I'm so sorry about losing your girl. You gave her the last best gift, and she is greatful to you, have no doubt. You gave her a wonderful life filled with love and purpose, and she helped others through their dark times. She will always be in your heart, as you are in hers.


----------



## law1558 (Feb 20, 2008)

Hugs to you.


----------



## raysmom (May 22, 2004)

What a fantastic letter to a wonderful girl and her mom - The photo says it all - you and Sita brought more hope to that woman's life than anyone else was able to do and I'm sure there were many others also. Rest in peace, Sita - good girl.


----------



## Sean Rescue Mom (Jan 24, 2004)

My heart goes out to you on the loss of Sita, not only did you lose your first dog but as you so aptly stated, your "teacher." The letter was a fitting tribute and as for the picture, it says a thousand words. RIP sweet angel.


----------



## GSD10 (May 20, 2007)

My condolences to you. That was a lovely letter and the picture tells it all. Your Sita was special.


----------



## arycrest (Feb 28, 2006)

The letter and pictures are a beautiful tribute to Sita and those whose lives she touched. Sita was certainly a very special girl, you're lucky to have known her. My condolences to you and those who loved her.

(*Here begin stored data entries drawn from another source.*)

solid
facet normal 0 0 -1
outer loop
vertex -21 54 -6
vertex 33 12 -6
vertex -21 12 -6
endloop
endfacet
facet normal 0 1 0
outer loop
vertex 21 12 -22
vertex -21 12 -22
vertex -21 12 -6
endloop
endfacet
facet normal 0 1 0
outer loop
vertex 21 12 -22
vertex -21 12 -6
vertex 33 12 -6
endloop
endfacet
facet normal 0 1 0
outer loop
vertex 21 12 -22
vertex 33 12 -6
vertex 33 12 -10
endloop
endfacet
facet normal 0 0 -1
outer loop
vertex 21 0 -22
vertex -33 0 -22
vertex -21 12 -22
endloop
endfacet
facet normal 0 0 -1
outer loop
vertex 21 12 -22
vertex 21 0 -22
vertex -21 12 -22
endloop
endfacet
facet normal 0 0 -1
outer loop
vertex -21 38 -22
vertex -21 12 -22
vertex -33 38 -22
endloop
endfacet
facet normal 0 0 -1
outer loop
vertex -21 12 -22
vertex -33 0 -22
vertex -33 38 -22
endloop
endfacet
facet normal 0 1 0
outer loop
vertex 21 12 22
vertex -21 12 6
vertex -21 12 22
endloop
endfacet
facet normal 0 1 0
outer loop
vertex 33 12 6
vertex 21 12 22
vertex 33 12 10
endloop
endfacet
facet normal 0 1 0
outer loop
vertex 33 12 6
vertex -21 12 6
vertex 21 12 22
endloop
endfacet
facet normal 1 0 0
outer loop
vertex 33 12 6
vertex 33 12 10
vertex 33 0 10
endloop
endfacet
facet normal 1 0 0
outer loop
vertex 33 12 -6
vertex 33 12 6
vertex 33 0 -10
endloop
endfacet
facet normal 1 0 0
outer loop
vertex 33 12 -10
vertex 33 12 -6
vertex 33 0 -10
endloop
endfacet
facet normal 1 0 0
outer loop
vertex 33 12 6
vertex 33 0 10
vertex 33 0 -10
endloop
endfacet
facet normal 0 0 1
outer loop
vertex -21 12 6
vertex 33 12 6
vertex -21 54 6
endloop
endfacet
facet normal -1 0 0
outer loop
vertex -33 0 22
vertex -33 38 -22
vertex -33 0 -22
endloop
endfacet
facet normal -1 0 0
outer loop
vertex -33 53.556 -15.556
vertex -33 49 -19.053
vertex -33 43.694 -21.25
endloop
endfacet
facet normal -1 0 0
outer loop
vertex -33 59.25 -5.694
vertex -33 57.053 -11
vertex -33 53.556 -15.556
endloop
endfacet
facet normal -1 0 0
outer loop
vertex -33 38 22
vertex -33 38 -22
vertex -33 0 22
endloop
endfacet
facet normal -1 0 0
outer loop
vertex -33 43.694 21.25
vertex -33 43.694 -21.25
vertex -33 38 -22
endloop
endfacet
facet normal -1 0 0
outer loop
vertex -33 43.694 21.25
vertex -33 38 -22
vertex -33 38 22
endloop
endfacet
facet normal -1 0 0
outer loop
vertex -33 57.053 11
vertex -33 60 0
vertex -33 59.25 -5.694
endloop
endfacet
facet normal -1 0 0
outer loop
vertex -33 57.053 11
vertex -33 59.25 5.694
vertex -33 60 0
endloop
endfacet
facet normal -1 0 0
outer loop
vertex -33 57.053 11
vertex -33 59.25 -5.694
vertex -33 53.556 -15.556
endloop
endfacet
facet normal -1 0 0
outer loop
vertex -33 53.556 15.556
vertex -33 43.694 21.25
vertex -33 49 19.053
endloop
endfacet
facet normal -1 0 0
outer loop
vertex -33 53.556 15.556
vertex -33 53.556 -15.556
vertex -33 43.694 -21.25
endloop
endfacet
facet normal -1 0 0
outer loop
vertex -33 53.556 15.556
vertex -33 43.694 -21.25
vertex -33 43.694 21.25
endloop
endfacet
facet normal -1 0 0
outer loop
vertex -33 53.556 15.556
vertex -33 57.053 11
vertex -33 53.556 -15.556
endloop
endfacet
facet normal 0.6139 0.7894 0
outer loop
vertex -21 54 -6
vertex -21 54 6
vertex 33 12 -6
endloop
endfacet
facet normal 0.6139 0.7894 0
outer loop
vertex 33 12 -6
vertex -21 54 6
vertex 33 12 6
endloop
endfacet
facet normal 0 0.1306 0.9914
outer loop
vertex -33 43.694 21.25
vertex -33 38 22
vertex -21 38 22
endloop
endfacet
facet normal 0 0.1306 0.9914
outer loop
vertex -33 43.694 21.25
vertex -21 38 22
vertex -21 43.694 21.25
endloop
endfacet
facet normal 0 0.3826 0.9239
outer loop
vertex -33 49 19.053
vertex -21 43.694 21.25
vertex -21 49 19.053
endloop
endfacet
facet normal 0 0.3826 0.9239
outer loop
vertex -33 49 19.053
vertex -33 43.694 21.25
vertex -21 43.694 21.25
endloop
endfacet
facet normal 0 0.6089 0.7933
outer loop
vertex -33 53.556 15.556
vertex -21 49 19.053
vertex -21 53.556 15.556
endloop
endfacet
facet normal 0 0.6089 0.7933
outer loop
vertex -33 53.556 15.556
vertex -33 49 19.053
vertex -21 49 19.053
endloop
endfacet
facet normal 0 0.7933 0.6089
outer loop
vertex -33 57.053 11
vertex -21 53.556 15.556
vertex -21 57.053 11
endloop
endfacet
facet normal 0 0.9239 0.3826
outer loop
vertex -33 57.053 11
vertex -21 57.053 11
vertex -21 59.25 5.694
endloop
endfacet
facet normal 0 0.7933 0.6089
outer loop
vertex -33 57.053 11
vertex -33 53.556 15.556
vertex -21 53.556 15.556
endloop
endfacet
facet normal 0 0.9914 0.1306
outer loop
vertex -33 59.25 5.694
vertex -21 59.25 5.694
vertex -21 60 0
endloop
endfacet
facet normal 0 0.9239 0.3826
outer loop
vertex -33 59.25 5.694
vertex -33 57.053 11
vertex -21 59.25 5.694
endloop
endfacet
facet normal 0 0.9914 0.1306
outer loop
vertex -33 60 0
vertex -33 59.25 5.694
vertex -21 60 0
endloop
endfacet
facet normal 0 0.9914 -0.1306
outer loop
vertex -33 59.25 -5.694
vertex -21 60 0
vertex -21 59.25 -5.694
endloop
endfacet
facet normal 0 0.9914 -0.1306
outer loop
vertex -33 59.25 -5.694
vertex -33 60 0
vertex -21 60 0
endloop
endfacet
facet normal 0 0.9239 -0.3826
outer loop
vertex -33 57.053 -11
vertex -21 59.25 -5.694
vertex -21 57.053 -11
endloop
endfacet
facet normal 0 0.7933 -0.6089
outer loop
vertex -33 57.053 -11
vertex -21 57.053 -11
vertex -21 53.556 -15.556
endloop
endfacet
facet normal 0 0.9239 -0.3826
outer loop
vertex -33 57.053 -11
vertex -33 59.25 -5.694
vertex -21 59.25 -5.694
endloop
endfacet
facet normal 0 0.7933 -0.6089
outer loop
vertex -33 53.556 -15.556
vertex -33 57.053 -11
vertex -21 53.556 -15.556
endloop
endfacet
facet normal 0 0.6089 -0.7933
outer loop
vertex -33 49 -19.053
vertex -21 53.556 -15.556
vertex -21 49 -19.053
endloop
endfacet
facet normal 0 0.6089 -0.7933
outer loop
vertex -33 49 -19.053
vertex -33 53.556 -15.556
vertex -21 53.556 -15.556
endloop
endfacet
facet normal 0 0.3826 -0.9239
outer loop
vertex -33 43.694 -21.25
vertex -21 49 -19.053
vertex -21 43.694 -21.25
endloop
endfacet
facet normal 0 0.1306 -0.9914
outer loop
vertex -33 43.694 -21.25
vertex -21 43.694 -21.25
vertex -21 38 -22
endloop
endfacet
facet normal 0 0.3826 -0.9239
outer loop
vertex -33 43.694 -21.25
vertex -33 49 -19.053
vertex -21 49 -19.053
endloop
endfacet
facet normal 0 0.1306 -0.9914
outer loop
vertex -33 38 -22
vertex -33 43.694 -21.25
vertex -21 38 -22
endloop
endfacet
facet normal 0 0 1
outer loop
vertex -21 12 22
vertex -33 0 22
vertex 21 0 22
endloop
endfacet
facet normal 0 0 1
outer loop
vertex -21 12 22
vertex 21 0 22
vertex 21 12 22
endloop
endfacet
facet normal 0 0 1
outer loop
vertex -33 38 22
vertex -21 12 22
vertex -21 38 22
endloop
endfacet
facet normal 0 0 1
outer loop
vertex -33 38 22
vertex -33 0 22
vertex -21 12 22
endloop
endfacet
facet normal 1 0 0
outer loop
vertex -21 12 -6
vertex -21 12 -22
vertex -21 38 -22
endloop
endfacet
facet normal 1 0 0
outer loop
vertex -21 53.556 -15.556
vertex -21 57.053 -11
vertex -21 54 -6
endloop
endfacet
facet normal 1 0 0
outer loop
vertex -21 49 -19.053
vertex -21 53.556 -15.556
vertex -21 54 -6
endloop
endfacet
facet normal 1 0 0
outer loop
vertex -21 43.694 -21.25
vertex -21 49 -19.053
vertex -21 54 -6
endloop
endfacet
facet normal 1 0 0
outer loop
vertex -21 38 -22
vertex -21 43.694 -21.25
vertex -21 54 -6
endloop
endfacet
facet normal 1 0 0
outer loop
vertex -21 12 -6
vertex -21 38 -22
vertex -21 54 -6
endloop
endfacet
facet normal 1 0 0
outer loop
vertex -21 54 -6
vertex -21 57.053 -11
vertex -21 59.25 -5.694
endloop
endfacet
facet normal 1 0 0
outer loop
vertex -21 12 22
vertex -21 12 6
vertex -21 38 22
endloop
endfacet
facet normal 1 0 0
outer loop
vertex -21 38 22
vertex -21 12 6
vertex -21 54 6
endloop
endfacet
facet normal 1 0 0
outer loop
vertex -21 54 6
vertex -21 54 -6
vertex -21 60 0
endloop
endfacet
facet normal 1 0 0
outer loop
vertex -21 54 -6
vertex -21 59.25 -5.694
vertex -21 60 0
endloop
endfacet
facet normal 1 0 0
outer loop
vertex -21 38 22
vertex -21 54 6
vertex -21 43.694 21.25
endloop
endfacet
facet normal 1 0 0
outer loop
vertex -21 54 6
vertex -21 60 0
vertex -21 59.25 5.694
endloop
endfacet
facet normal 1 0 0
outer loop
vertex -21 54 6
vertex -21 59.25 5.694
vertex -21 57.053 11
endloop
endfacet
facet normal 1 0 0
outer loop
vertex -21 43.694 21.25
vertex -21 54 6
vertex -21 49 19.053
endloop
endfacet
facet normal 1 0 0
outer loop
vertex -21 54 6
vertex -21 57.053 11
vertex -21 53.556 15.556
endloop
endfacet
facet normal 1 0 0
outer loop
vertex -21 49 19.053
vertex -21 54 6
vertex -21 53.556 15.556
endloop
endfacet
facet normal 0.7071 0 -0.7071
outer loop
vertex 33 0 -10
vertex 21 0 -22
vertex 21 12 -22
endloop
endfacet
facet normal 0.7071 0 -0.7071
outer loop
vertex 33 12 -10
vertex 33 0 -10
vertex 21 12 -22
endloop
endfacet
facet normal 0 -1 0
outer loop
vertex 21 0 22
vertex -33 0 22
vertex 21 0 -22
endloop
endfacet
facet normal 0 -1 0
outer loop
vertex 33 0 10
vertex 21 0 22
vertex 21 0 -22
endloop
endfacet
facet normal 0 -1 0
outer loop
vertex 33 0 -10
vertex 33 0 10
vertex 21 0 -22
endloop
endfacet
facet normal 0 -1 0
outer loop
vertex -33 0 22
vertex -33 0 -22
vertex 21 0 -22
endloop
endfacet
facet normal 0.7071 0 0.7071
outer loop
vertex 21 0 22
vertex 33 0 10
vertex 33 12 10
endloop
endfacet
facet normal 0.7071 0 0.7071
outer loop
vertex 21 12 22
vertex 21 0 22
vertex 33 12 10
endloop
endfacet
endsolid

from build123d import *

# Parameters (mm, degrees)
SKETCH1_W           = 66
SKETCH1_H           = 44
BOSS_EXTRUDE1_DEPTH = 12
CHAMFER1_SIZE       = 12
SKETCH2_W           = 44
SKETCH2_H           = 48
BOSS_EXTRUDE2_DEPTH = 12
FILLET1_RADIUS      = 22
FILLET1_LENGTH      = 12
BOSS_EXTRUDE3_DEPTH = 6


with BuildPart() as part:
    # Sketch1 → Boss-Extrude1 (new body)
    with BuildSketch(Plane(origin=(0, 0, 0), x_dir=(1, 0, 0), z_dir=(0, 1, 0))):
        Rectangle(SKETCH1_W, SKETCH1_H)
    extrude(amount=BOSS_EXTRUDE1_DEPTH)

    # Chamfer1
    chamfer1_edges = [part.edges().sort_by_distance(p)[0] for p in [
        (33, 6, 22),
        (33, 6, -22),
    ]]
    chamfer(chamfer1_edges, length=CHAMFER1_SIZE)

    # Sketch2 → Boss-Extrude2 (add)
    with BuildSketch(Plane.ZY.offset(33)):
        with Locations((0, 36)):
            Rectangle(SKETCH2_W, SKETCH2_H)
    extrude(amount=-BOSS_EXTRUDE2_DEPTH)

    # Fillet1: full round fillet: the end face becomes a half cylinder, R = half its width
    fillet1_face = Plane((-27, 60, 0), x_dir=(-1, 0, 0), z_dir=(0, 1, 0))  # on the end face: x along it, z out of the body
    fillet1_slab = fillet1_face.offset(-FILLET1_RADIUS / 2) * Box(FILLET1_LENGTH, 2 * FILLET1_RADIUS, FILLET1_RADIUS, mode=Mode.PRIVATE)  # the body's end, R deep
    fillet1_round = Plane((-27, 38, 0), x_dir=(0, 1, 0), z_dir=(-1, 0, 0)) * Cylinder(FILLET1_RADIUS, FILLET1_LENGTH, mode=Mode.PRIVATE)  # its axis R under the face
    add(fillet1_slab - fillet1_round, mode=Mode.SUBTRACT)

    # Sketch4 → Boss-Extrude3 (add, symmetric)
    with BuildSketch(Plane.XY):
        Polygon((-21, 54), (33, 12), (-21, 12), align=None)
    extrude(amount=BOSS_EXTRUDE3_DEPTH, both=True)


solid = part.part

Rest in Peace beautful Sita!!!


----------



## kshort (Jun 4, 2004)

Sarah, I've thought of you all day knowing what you were facing with your beloved Sita. The letter is beautiful and I'm sure it means the world to you. Sita is healthy again and will be safe with all of those who have gone before her. I'm so sorry...

Sita, I know you'll see your mom again some day, so until that time, watch over her. Run free and healthy, sweet girl...

_We who choose to surround ourselves with lives even more temporary than our own, live within a fragile circle, easily and often breached. Unable to accept its awful gaps, we still would live no other way. We cherish memory as the only certain immortality, never fully understanding the necessary plan. ~ Irving Townsend

_


----------



## sd3567 (May 16, 2005)

I am so sorry for your loss. Thank-you for sharing the letter and photos, I was all choked up reading such kind words from the lady. Cherish your memories of a wonderful dog.


----------



## 3K9Mom (Jun 12, 2006)

I know you're grief-stricken, so ignore the first two lines of this little poem. The rest holds true:

_Grieve not,
nor speak of me with tears,
but laugh and talk of me
as if I were beside you...
I loved you so.
'Twas Heaven here with you. 
-- Isla Paschal Richardson _


"It was Heaven here on earth with you." I have no doubt that Sita would tell you exactly that if she could speak right now.


----------



## CherryCola (Apr 24, 2006)

I am so sorry for your loss.. I know how much you must be hurting right now, but it will get easier







RIP sweet Sita.


----------



## tracyc (Feb 23, 2005)

A beautiful tribute. She was loved very much.


----------



## chruby (Sep 21, 2005)

Sorry to hear you lost your Sita.







I lost my first GSD at the age of 8 also to a spinal cord problem. RIP Sita.


----------



## Vinnie (Sep 4, 2001)

Sarah, I'm so sorry to hear about your loss.








Sita.


----------



## DancingCavy (Feb 19, 2001)

What a loving tribute. You have a lot to be proud of with Sita. It sounds like she not only touched your life, but the lives of so many others. I am sure she will never be forgotten by those fortunate enough to have known her. *HUGS* Rest in Peace, beautiful Sita.


----------



## ThreeDogs (Mar 16, 2007)

I am so very sorry for your loss. She was obviously one special girl.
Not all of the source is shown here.